I am currently working on my understanding of regression fundamentals and I checked this source (one can find the (even exact) same statement in multiple sources).
In Theorem 3.1.1, the author claims to prove the so called Conditional Expectation Function (CEF) Decomposition property, which states:
Theorem 3.1.1:
We have
$$Y_i=E(Y_i|X_i)+\epsilon_i$$
with the property that $(a)$ $E(\epsilon_i|X_i)=0$ and $(b)$ $E(f(X_i)\epsilon_i)=0$ for any function $f$.
The problem is, the proof only checks $(a)$ and $(b)$ but never checks the actual existence of the decomposition of $Y_i=E(Y_i|X_i)+\epsilon_i$.

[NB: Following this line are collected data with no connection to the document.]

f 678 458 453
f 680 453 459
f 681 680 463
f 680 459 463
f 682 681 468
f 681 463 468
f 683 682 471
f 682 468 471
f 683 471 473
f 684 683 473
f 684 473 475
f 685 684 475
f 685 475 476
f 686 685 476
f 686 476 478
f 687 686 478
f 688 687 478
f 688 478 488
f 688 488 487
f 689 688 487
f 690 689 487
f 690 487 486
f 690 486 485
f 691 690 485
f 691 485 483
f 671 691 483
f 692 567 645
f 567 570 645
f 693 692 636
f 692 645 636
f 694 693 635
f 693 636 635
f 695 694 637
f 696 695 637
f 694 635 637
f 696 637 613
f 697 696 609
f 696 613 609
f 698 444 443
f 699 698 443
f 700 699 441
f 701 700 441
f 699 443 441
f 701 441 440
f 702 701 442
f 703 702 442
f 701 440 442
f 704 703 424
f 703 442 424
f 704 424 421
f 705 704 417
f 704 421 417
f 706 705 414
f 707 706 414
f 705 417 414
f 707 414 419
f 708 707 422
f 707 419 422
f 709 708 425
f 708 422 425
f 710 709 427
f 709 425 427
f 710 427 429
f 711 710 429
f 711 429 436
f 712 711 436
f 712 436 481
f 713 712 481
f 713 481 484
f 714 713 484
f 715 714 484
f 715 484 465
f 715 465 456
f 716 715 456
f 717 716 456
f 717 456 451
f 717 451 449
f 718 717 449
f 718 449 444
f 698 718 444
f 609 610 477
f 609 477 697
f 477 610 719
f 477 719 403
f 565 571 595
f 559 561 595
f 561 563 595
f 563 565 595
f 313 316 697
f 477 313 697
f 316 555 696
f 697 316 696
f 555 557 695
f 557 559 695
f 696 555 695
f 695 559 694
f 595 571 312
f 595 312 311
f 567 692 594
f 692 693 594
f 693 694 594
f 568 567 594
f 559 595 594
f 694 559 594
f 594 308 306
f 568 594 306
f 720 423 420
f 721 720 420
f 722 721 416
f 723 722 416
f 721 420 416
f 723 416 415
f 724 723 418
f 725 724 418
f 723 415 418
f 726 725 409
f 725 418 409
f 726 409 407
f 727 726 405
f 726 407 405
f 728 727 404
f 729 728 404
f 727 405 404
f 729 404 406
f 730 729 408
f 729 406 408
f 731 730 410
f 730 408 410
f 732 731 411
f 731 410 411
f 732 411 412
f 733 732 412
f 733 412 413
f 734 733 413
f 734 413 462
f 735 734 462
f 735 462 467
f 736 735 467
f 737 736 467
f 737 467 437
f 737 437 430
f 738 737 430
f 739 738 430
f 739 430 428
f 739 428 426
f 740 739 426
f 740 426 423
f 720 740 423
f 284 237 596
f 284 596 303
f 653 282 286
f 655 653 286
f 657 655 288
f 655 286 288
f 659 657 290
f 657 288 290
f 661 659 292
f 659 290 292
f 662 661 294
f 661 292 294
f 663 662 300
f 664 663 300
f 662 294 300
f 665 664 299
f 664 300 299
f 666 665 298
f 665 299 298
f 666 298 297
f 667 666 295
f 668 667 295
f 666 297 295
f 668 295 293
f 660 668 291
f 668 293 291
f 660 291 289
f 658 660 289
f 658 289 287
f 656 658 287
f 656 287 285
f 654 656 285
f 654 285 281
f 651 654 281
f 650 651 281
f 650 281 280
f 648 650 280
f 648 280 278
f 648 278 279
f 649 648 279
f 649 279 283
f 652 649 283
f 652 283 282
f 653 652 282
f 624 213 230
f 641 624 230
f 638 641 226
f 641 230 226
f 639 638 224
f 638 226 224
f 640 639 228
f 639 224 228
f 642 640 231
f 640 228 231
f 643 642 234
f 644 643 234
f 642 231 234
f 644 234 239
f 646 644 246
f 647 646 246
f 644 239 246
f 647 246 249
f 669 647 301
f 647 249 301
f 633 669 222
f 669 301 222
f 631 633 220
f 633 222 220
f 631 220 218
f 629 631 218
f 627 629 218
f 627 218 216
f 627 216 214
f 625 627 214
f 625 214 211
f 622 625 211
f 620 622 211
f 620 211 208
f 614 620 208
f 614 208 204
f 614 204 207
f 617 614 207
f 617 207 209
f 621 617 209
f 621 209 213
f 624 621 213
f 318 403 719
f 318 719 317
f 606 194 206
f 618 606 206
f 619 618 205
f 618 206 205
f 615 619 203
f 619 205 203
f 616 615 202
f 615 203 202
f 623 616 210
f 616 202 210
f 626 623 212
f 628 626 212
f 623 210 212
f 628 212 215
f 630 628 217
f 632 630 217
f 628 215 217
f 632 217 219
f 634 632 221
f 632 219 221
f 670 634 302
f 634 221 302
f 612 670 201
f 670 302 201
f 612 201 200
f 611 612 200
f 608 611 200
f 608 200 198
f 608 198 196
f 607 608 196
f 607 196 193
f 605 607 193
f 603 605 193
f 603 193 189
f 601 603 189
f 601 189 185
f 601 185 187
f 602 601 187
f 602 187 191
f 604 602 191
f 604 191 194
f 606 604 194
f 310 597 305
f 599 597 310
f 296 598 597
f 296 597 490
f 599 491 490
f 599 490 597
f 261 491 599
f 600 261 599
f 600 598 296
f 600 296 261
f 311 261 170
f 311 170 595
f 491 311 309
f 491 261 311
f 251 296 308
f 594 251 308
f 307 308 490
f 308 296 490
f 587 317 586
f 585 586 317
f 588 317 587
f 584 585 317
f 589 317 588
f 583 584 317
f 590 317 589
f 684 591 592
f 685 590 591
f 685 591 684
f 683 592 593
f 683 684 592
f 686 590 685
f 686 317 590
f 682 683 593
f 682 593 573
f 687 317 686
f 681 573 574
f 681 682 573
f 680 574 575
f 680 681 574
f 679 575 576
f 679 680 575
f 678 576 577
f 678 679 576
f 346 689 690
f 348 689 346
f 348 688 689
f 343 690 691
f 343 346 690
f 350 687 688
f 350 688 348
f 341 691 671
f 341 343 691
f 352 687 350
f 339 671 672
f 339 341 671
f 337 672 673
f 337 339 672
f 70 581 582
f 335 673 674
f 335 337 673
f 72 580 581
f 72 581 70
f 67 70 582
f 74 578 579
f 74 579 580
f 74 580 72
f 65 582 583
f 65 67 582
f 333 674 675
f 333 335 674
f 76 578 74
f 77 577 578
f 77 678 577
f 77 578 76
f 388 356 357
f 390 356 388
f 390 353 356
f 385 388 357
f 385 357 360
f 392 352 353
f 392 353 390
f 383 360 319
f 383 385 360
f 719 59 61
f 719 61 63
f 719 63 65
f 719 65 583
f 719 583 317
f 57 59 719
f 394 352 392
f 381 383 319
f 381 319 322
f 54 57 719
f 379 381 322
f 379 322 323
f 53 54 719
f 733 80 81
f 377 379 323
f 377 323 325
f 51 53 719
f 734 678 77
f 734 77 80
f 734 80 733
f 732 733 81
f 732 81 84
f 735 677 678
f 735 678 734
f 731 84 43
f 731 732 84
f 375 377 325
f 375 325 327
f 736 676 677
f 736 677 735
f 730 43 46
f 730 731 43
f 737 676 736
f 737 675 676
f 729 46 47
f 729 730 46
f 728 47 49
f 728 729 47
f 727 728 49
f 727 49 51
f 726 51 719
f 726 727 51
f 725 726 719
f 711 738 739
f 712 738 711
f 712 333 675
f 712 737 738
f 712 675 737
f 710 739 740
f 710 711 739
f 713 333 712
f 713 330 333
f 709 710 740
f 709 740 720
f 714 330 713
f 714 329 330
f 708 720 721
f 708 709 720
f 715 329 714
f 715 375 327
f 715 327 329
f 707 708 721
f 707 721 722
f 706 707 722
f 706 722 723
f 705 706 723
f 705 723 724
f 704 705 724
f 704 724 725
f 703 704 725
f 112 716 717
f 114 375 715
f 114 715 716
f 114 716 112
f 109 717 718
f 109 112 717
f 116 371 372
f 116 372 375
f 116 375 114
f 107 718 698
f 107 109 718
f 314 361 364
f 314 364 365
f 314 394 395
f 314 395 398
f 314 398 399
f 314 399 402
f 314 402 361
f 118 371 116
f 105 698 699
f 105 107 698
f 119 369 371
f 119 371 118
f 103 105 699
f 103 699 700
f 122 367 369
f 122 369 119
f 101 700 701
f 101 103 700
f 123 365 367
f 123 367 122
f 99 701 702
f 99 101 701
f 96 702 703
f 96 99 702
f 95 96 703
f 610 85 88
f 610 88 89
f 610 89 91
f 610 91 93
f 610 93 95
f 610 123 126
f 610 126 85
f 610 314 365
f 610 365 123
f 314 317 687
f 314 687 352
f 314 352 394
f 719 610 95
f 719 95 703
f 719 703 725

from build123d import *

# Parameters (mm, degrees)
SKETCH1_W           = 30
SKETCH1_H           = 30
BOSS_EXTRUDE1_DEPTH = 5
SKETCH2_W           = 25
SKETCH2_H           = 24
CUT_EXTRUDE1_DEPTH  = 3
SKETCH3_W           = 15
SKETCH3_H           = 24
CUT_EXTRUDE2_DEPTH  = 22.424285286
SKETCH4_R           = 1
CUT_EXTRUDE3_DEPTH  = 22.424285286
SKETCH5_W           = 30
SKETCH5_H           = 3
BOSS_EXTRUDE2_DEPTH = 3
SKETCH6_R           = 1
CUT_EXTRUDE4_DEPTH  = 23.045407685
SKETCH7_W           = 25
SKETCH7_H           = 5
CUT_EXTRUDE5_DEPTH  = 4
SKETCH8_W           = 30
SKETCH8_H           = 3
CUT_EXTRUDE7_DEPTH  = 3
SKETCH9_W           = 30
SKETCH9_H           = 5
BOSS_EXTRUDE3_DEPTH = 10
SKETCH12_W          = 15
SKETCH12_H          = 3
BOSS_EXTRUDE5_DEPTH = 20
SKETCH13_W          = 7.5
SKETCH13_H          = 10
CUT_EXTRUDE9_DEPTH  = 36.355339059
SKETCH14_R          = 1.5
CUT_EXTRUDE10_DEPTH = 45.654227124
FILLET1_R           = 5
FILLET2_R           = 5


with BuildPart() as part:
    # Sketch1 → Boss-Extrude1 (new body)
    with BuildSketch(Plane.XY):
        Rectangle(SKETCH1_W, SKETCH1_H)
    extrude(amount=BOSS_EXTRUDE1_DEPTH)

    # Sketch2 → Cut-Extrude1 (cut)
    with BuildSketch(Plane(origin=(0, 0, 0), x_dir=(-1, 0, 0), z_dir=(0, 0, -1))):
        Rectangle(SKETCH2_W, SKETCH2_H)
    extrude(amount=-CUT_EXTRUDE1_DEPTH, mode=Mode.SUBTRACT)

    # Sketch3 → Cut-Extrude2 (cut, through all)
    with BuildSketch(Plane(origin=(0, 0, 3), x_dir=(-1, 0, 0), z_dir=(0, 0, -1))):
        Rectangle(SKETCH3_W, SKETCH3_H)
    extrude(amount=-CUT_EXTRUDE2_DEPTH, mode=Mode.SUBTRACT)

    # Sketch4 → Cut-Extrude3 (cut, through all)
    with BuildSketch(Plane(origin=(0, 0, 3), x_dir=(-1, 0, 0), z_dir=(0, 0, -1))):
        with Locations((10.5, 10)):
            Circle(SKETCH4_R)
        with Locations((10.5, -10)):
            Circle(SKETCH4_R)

The author then claims that
This theorem says that any random variable,
$Y_i$
, can be decomposed into a piece that's "explained by
$X_i$", i.e., the CEF, and a piece left over which is orthogonal to (i.e., uncorrelated with) any function of $X_i$
.
Do we have to prove this or comes this as some sort of assumption (couldn't find it, but surely one could just build the model like this) or is this a result from somewhere else, like factorization lemma or so?

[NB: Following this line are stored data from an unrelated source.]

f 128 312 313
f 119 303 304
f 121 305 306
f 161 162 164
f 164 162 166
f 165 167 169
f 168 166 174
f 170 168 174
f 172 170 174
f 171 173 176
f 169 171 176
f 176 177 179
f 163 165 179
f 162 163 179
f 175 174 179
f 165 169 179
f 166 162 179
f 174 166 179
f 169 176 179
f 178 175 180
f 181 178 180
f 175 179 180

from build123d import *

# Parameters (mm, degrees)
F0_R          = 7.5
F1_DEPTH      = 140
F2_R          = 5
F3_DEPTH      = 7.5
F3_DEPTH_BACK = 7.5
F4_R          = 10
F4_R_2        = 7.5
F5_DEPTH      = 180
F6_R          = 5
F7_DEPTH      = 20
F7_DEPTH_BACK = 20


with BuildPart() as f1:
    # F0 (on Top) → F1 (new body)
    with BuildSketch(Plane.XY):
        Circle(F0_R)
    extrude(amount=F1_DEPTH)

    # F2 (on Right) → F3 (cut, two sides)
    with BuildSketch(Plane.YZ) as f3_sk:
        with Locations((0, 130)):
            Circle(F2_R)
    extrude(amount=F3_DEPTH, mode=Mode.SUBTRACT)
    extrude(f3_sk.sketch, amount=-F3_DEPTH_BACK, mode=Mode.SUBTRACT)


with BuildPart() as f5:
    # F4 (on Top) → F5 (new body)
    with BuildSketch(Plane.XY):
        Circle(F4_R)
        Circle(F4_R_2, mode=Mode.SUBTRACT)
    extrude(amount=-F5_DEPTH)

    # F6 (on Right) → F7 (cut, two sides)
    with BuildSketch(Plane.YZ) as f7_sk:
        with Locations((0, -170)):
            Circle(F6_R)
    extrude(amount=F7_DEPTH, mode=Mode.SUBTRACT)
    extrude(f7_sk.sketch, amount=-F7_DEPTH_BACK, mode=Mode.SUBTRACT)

The whole thing sounds a bit sloppy, clearly things like measurability are dropped, but still, what do I miss?
Best Answer
This follows from the equality $$ Y_i=\mathbb E\left[Y_i\mid X_i\right]+Y_i-\mathbb E\left[Y_i\mid X_i\right]; $$ defining $\varepsilon_i:=Y_i-\mathbb E\left[Y_i\mid X_i\right]$ gives that $\mathbb E\left[\varepsilon_i\mid X_i\right]=0$, from which $\mathbb E\left[f\left(X_i\right)\varepsilon_i\right]=0$ follows.